WIT Press


Applying Multiscaling Analysis To Detect Capacity Resources In Railway Networks

Price

Free (open access)

Volume

103

Pages

10

Page Range

595 - 603

Published

2008

Size

1,119 kb

Paper DOI

10.2495/CR080581

Copyright

WIT Press

Author(s)

A. Gille, M. Klemenz & Th. Siefer

Abstract

A substantial part of railway engineering is modeling of the real track infrastructure and train operation processes in computer applications. The electronic data created can be analysed and evaluated for research purposes. Depending on the aim of the research, three different models can be used which differ in their level of itemisation. Macroscopic models have a relative low level of accuracy, mesoscopic a medium and microscopic models have the highest. The Institute of Transport, Railway Construction and Operation (IVE, Hannover) researches computing solutions to deliver the data in the requested level of detail. This is then used for generating and providing infrastructure and train operation data such as timetable data, running times of trains or block occupancy times. The Multiscaling Analysis offers the opportunity to use the appropriate model depth (level of detail) for each request and enables work to progress efficiently. For tasks like long term capacity planning in railway networks no high detail level data is required normally, so macroscopic models can be initiated.

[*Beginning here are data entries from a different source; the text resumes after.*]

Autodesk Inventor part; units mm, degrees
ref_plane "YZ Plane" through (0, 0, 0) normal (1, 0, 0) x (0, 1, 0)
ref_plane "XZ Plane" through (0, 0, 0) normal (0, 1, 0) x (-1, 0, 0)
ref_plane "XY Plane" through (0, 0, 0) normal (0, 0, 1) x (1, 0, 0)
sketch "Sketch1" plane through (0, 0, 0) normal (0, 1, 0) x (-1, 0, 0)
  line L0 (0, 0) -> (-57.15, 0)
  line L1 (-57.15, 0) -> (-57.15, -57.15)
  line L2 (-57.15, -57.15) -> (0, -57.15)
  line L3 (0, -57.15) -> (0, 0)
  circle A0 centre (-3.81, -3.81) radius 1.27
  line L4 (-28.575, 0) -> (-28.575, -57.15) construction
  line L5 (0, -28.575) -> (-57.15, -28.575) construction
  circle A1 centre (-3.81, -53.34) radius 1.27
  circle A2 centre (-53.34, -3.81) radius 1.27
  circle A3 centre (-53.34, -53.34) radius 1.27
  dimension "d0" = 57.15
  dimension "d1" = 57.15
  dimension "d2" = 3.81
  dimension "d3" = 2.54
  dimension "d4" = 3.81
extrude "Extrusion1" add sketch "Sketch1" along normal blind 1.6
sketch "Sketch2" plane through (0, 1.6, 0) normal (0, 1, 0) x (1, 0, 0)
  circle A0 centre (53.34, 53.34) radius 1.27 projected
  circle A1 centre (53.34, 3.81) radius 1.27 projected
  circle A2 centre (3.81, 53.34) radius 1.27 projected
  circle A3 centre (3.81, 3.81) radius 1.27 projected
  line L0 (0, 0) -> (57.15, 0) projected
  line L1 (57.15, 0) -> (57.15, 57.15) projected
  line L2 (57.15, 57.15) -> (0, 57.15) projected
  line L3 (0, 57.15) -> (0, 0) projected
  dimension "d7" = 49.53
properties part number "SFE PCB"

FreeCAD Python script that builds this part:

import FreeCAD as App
import Part
import Sketcher
from FreeCAD import Vector
Q = App.Units.Quantity

doc = App.newDocument("Part")
params = doc.addObject("Spreadsheet::Sheet", "Params")
for row, (alias, value) in enumerate([
    ("sketch1_diameter", "0.1 in"),
    ("sketch1_width", "2.25 in"),
    ("pad1_length", "0.0629921 in"),
], start=1):
    params.set(f"A{row}", alias)
    params.set(f"B{row}", "=" + value)
    params.setAlias(f"B{row}", alias)

body = doc.addObject("PartDesign::Body", "Body")

# Sketch on XZ plane
sketch1 = doc.addObject("Sketcher::SketchObject", "Sketch")
body.addObject(sketch1)
sketch1.AttachmentSupport = (doc.XZ_Plane, [""])
sketch1.MapMode = "FlatFace"
sketch1.addGeometry([
    Part.LineSegment(Vector(0, -57.1, 0), Vector(0, 0, 0)),  # 0
    Part.LineSegment(Vector(0, 0, 0), Vector(57.1, 0, 0)),  # 1
    Part.LineSegment(Vector(57.1, 0, 0), Vector(57.1, -57.1, 0)),  # 2
    Part.LineSegment(Vector(57.1, -57.1, 0), Vector(0, -57.1, 0)),  # 3
    Part.Circle(Vector(53.3, -53.3, 0), Vector(0, 0, 1), 1.3),  # 4
    Part.Circle(Vector(3.8, -53.3, 0), Vector(0, 0, 1), 1.3),  # 5
    Part.Circle(Vector(53.3, -3.8, 0), Vector(0, 0, 1), 1.3),  # 6
    Part.Circle(Vector(3.8, -3.8, 0), Vector(0, 0, 1), 1.3),  # 7
], False)
sketch1.addConstraint([
    Sketcher.Constraint("Coincident", 0, 2, 1, 1),
    Sketcher.Constraint("Coincident", 1, 2, 2, 1),
    Sketcher.Constraint("Coincident", 2, 2, 3, 1),
    Sketcher.Constraint("Coincident", 3, 2, 0, 1),
    Sketcher.Constraint("Vertical", 0),
    Sketcher.Constraint("Horizontal", 1),
    Sketcher.Constraint("Vertical", 2),
    Sketcher.Constraint("Horizontal", 3),
    Sketcher.Constraint("Coincident", 0, 2, -1, 1),
    Sketcher.Constraint("Equal", 4, 5),
    Sketcher.Constraint("Equal", 5, 6),
    Sketcher.Constraint("Equal", 6, 7),
    Sketcher.Constraint("Horizontal", 4, 3, 5, 3),
    Sketcher.Constraint("Horizontal", 6, 3, 7, 3),
    Sketcher.Constraint("Vertical", 4, 3, 6, 3),
    Sketcher.Constraint("Vertical", 5, 3, 7, 3),
    Sketcher.Constraint("Equal", 3, 0),
    Sketcher.Constraint("Diameter", 4, Q("0.1 in")),
    Sketcher.Constraint("DistanceX", 1, 1, 1, 2, Q("2.25 in")),
    Sketcher.Constraint("DistanceX", -1, 1, 5, 3, Q("0.15 in")),
    Sketcher.Constraint("DistanceY", 6, 3, -1, 1, Q("0.15 in")),
    Sketcher.Constraint("DistanceX", 6, 3, 1, 2, Q("0.15 in")),
    Sketcher.Constraint("DistanceY", 2, 2, 4, 3, Q("0.15 in")),
])
sketch1.setExpression("Constraints[17]", "Params.sketch1_diameter")
sketch1.setExpression("Constraints[18]", "Params.sketch1_width")
pad1 = doc.addObject("PartDesign::Pad", "Pad")
body.addObject(pad1)
pad1.Profile = sketch1
pad1.setExpression("Length", "Params.pad1_length")
pad1.Reversed = True

doc.recompute()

To verify if train paths of a timetable, developed on a macroscopic or mesoscopic railway infrastructure, can actually be arranged without conflicts within the block occupancy times or the headway, a more detailed microscopic model is required. Therefore trains with only a low detail level of information like their route, stopping locations and stopping times can be mapped onto a microscopic infrastructure model to prove the feasibility and to determine capacity resources. Keywords: infrastructure, capacity resources, networks, microscopic model, mesoscopic model, macroscopic model, RailSys, NEMO.

Keywords

infrastructure, capacity resources, networks, microscopic model, mesoscopic model, macroscopic model, RailSys, NEMO.